Each line of the data below that carries the word "origin" needs to be copied.
★ ★ ★ ★ ★
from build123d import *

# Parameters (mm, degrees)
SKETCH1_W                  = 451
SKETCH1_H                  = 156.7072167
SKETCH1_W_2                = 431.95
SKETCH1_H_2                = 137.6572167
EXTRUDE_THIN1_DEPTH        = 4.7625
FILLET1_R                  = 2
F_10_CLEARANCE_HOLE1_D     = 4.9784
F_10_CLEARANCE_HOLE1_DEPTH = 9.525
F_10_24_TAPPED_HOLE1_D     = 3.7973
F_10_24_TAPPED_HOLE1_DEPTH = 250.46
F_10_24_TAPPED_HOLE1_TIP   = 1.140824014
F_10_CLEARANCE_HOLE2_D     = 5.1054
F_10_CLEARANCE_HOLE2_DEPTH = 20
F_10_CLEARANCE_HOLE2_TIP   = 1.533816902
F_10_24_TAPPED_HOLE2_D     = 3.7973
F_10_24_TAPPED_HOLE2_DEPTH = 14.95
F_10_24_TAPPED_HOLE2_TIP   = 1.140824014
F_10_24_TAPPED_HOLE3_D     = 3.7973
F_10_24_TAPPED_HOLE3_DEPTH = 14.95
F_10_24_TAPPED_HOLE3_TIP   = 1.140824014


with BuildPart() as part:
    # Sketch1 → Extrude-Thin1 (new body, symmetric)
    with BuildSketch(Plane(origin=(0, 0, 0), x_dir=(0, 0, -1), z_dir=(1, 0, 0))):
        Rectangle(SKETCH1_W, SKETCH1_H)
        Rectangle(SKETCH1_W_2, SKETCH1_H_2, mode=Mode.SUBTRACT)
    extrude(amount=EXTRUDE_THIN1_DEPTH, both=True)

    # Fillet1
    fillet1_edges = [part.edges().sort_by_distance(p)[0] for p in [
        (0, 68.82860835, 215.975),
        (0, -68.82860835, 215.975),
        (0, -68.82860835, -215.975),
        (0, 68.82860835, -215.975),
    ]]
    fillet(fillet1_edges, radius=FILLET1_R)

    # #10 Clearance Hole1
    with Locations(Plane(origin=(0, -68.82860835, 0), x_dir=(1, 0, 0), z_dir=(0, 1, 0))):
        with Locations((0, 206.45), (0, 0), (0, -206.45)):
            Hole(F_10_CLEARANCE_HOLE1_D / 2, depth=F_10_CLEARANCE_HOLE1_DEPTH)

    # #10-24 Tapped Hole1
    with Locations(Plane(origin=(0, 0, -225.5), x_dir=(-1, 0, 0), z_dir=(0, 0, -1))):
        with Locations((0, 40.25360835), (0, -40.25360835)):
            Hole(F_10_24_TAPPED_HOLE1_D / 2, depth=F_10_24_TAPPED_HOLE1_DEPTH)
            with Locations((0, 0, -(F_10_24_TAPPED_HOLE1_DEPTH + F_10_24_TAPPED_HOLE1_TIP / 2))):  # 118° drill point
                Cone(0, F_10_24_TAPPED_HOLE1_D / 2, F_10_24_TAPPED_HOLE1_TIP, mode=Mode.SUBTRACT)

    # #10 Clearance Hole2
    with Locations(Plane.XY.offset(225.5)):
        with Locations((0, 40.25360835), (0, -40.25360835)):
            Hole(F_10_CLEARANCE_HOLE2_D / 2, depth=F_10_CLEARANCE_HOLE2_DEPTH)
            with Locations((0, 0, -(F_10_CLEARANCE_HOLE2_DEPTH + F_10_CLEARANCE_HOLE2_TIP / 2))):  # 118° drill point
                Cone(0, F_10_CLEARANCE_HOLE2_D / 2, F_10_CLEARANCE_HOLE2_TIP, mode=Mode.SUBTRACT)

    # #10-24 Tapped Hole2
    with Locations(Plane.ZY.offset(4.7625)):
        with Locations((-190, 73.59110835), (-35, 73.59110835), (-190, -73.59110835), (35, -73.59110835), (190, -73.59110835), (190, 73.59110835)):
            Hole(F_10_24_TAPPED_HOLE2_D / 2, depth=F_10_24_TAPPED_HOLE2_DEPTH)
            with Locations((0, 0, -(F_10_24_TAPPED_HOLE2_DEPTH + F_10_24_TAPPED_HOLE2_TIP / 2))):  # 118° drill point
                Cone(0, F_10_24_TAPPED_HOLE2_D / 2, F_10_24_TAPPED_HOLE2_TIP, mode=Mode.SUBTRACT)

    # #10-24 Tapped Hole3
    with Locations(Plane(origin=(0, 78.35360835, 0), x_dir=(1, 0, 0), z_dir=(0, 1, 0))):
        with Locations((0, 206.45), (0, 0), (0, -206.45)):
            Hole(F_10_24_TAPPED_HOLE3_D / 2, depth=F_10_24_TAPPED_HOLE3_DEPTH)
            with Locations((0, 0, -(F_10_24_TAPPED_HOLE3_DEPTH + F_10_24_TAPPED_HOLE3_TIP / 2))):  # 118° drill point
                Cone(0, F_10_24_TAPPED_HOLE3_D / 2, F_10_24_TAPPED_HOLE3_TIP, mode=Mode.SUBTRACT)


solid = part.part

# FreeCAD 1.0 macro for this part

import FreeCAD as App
import Part
import Sketcher

V = App.Vector
Q = App.Units.Quantity


def edges_at(feature, points):
    """Names of the edges that pass closest to the given points."""
    edges = feature.Shape.Edges
    near = lambda p: min(range(len(edges)), key=lambda i: edges[i].distToShape(Part.Vertex(*p))[0])
    return sorted({f"Edge{near(p) + 1}" for p in points})

doc = App.newDocument("Part")
body = doc.addObject("PartDesign::Body", "Body")

# Sketch on YZ plane
sketch1 = body.newObject("Sketcher::SketchObject", "Sketch")
sketch1.AttachmentSupport = (doc.getObject("YZ_Plane"), [""])
sketch1.MapMode = "FlatFace"
sketch1.addGeometry([
    Part.LineSegment(V(78, 226, 0), V(-78, 226, 0)),  # 0
    Part.LineSegment(V(-78, 226, 0), V(-78, -226, 0)),  # 1
    Part.LineSegment(V(-78, -226, 0), V(78, -226, 0)),  # 2
    Part.LineSegment(V(78, -226, 0), V(78, 226, 0)),  # 3
    Part.LineSegment(V(-69, -216, 0), V(-69, 216, 0)),  # 4
    Part.LineSegment(V(-69, 216, 0), V(69, 216, 0)),  # 5
    Part.LineSegment(V(69, 216, 0), V(69, -216, 0)),  # 6
    Part.LineSegment(V(69, -216, 0), V(-69, -216, 0)),  # 7
], False)
sketch1.addConstraint([
    Sketcher.Constraint("Coincident", 0, 2, 1, 1),
    Sketcher.Constraint("Coincident", 1, 2, 2, 1),
    Sketcher.Constraint("Coincident", 2, 2, 3, 1),
    Sketcher.Constraint("Coincident", 3, 2, 0, 1),
    Sketcher.Constraint("Coincident", 4, 2, 5, 1),
    Sketcher.Constraint("Coincident", 5, 2, 6, 1),
    Sketcher.Constraint("Coincident", 6, 2, 7, 1),
    Sketcher.Constraint("Coincident", 7, 2, 4, 1),
    Sketcher.Constraint("Horizontal", 0),
    Sketcher.Constraint("Vertical", 1),
    Sketcher.Constraint("Horizontal", 2),
    Sketcher.Constraint("Vertical", 3),
    Sketcher.Constraint("Vertical", 4),
    Sketcher.Constraint("Horizontal", 5),
    Sketcher.Constraint("Vertical", 6),
    Sketcher.Constraint("Horizontal", 7),
    Sketcher.Constraint("Symmetric", 0, 2, 2, 2, -1, 1),
    Sketcher.Constraint("Symmetric", 4, 2, 6, 2, -1, 1),
    Sketcher.Constraint("DistanceX", 0, 2, 4, 2, Q("0.375 in")),
    Sketcher.Constraint("DistanceY", 4, 2, 0, 2, Q("0.375 in")),
    Sketcher.Constraint("DistanceY", 1, 2, 1, 1, Q("451 mm")),
    Sketcher.Constraint("DistanceX", 0, 2, 0, 1, Q("156.707217 mm")),
])
pad1 = body.newObject("PartDesign::Pad", "Pad")
pad1.Profile = sketch1
pad1.Length = Q("0.375 in")
pad1.Midplane = True
doc.recompute()

fillet = body.newObject("PartDesign::Fillet", "Fillet")
fillet.Base = (pad1, edges_at(pad1, [
    (0, 68.829, 215.975),
    (0, -68.829, 215.975),
    (0, -68.829, -215.975),
    (0, 68.829, -215.975),
]))
fillet.Radius = 2

# Sketch on XZ plane
sketch2 = body.newObject("Sketcher::SketchObject", "Sketch001")
sketch2.AttachmentSupport = (doc.getObject("XZ_Plane"), [""])
sketch2.MapMode = "FlatFace"
sketch2.AttachmentOffset = App.Placement(V(0, 0, 68.828608), App.Rotation())
sketch2.addGeometry([
    Part.Circle(V(0, -206.4, 0), V(0, 0, 1), 2.5),
    Part.Circle(V(0, 0, 0), V(0, 0, 1), 2.5),
    Part.Circle(V(0, 206.4, 0), V(0, 0, 1), 2.5),
], False)
sketch2.addConstraint([
    Sketcher.Constraint("Coincident", 1, 3, -1, 1),
    Sketcher.Constraint("Equal", 0, 1),
    Sketcher.Constraint("Equal", 1, 2),
    Sketcher.Constraint("Symmetric", 0, 3, 2, 3, -1, 1),
    Sketcher.Constraint("PointOnObject", 0, 3, -2),
    Sketcher.Constraint("Diameter", 0, Q("0.196 in")),
    Sketcher.Constraint("DistanceY", 0, 3, -1, 1, Q("206.45 mm")),
])
doc.recompute()
hole = body.newObject("PartDesign::Hole", "Hole")
hole.Profile = sketch2
hole.ThreadType = "None"
hole.Diameter = Q("0.196 in")
hole.DepthType = "Dimension"
hole.Depth = Q("0.375 in")
hole.DrillPoint = "Flat"
hole.Reversed = True

# Sketch on XY plane
sketch3 = body.newObject("Sketcher::SketchObject", "Sketch002")
sketch3.AttachmentSupport = (doc.getObject("XY_Plane"), [""])
sketch3.MapMode = "FlatFace"
sketch3.AttachmentOffset = App.Placement(V(0, 0, -225.5), App.Rotation())
sketch3.addGeometry([
    Part.Circle(V(0, 40.3, 0), V(0, 0, 1), 1.9),
    Part.Circle(V(0, -40.3, 0), V(0, 0, 1), 1.9),
], False)
sketch3.addConstraint([
    Sketcher.Constraint("Equal", 0, 1),
    Sketcher.Constraint("Symmetric", 0, 3, 1, 3, -1, 1),
    Sketcher.Constraint("PointOnObject", 0, 3, -2),
    Sketcher.Constraint("Diameter", 0, Q("0.1495 in")),
    Sketcher.Constraint("DistanceY", -1, 1, 0, 3, Q("40.253608 mm")),
])
doc.recompute()
hole2 = body.newObject("PartDesign::Hole", "Hole001")
hole2.Profile = sketch3
hole2.ThreadType = "None"
hole2.Diameter = Q("0.1495 in")
hole2.DepthType = "Dimension"
hole2.Depth = 250.46
hole2.DrillPoint = "Angled"
hole2.DrillPointAngle = 118
hole2.Reversed = True

# Sketch on XY plane
sketch4 = body.newObject("Sketcher::SketchObject", "Sketch003")
sketch4.AttachmentSupport = (doc.getObject("XY_Plane"), [""])
sketch4.MapMode = "FlatFace"
sketch4.AttachmentOffset = App.Placement(V(0, 0, 225.5), App.Rotation())
sketch4.addGeometry([
    Part.Circle(V(0, 40.3, 0), V(0, 0, 1), 2.6),
    Part.Circle(V(0, -40.3, 0), V(0, 0, 1), 2.6),
], False)
sketch4.addConstraint([
    Sketcher.Constraint("Equal", 0, 1),
    Sketcher.Constraint("Symmetric", 0, 3, 1, 3, -1, 1),
    Sketcher.Constraint("PointOnObject", 0, 3, -2),
    Sketcher.Constraint("Diameter", 0, Q("0.201 in")),
    Sketcher.Constraint("DistanceY", -1, 1, 0, 3, Q("40.253608 mm")),
])
doc.recompute()
hole3 = body.newObject("PartDesign::Hole", "Hole002")
hole3.Profile = sketch4
hole3.ThreadType = "None"
hole3.Diameter = Q("0.201 in")
hole3.DepthType = "Dimension"
hole3.Depth = 20
hole3.DrillPoint = "Angled"
hole3.DrillPointAngle = 118

# Sketch on YZ plane
sketch5 = body.newObject("Sketcher::SketchObject", "Sketch004")
sketch5.AttachmentSupport = (doc.getObject("YZ_Plane"), [""])
sketch5.MapMode = "FlatFace"
sketch5.AttachmentOffset = App.Placement(V(0, 0, -0.1875 * 25.4), App.Rotation())
sketch5.addGeometry([
    Part.Circle(V(73.6, -190, 0), V(0, 0, 1), 1.9),  # 0
    Part.Circle(V(73.6, -35, 0), V(0, 0, 1), 1.9),  # 1
    Part.Circle(V(-73.6, -190, 0), V(0, 0, 1), 1.9),  # 2
    Part.Circle(V(-73.6, 35, 0), V(0, 0, 1), 1.9),  # 3
    Part.Circle(V(-73.6, 190, 0), V(0, 0, 1), 1.9),  # 4
    Part.Circle(V(73.6, 190, 0), V(0, 0, 1), 1.9),  # 5
], False)
sketch5.addConstraint([
    Sketcher.Constraint("Equal", 0, 1),
    Sketcher.Constraint("Equal", 1, 2),
    Sketcher.Constraint("Equal", 2, 3),
    Sketcher.Constraint("Equal", 3, 4),
    Sketcher.Constraint("Equal", 4, 5),
    Sketcher.Constraint("Symmetric", 1, 3, 3, 3, -1, 1),
    Sketcher.Constraint("Symmetric", 0, 3, 4, 3, -1, 1),
    Sketcher.Constraint("Symmetric", 2, 3, 5, 3, -1, 1),
    Sketcher.Constraint("Symmetric", 0, 3, 2, 3, -2),
    Sketcher.Constraint("Vertical", 0, 3, 1, 3),
    Sketcher.Constraint("Diameter", 0, Q("0.1495 in")),
    Sketcher.Constraint("DistanceY", 0, 3, -1, 1, Q("190 mm")),
    Sketcher.Constraint("DistanceY", 1, 3, -1, 1, Q("35 mm")),
    Sketcher.Constraint("DistanceX", -1, 1, 0, 3, Q("73.591108 mm")),
])
doc.recompute()
hole4 = body.newObject("PartDesign::Hole", "Hole003")
hole4.Profile = sketch5
hole4.ThreadType = "None"
hole4.Diameter = Q("0.1495 in")
hole4.DepthType = "Dimension"
hole4.Depth = 14.95
hole4.DrillPoint = "Angled"
hole4.DrillPointAngle = 118
hole4.Reversed = True

# Sketch on XZ plane
sketch6 = body.newObject("Sketcher::SketchObject", "Sketch005")
sketch6.AttachmentSupport = (doc.getObject("XZ_Plane"), [""])
sketch6.MapMode = "FlatFace"
sketch6.AttachmentOffset = App.Placement(V(0, 0, -78.353608), App.Rotation())
sketch6.addGeometry([
    Part.Circle(V(0, -206.4, 0), V(0, 0, 1), 1.9),
    Part.Circle(V(0, 0, 0), V(0, 0, 1), 1.9),
    Part.Circle(V(0, 206.4, 0), V(0, 0, 1), 1.9),
], False)
sketch6.addConstraint([
    Sketcher.Constraint("Coincident", 1, 3, -1, 1),
    Sketcher.Constraint("Equal", 0, 1),
    Sketcher.Constraint("Equal", 1, 2),
    Sketcher.Constraint("Symmetric", 0, 3, 2, 3, -1, 1),
    Sketcher.Constraint("PointOnObject", 0, 3, -2),
    Sketcher.Constraint("Diameter", 0, Q("0.1495 in")),
    Sketcher.Constraint("DistanceY", 0, 3, -1, 1, Q("206.45 mm")),
])
doc.recompute()
hole5 = body.newObject("PartDesign::Hole", "Hole004")
hole5.Profile = sketch6
hole5.ThreadType = "None"
hole5.Diameter = Q("0.1495 in")
hole5.DepthType = "Dimension"
hole5.Depth = 14.95
hole5.DrillPoint = "Angled"
hole5.DrillPointAngle = 118
hole5.Reversed = True

doc.recompute()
★ ★ ★ ★ ★
RESPONSE AREA:
    with BuildSketch(Plane(origin=(0, 0, 0), x_dir=(0, 0, -1), z_dir=(1, 0, 0))):
    with Locations(Plane(origin=(0, -68.82860835, 0), x_dir=(1, 0, 0), z_dir=(0, 1, 0))):
    with Locations(Plane(origin=(0, 0, -225.5), x_dir=(-1, 0, 0), z_dir=(0, 0, -1))):
    with Locations(Plane(origin=(0, 78.35360835, 0), x_dir=(1, 0, 0), z_dir=(0, 1, 0))):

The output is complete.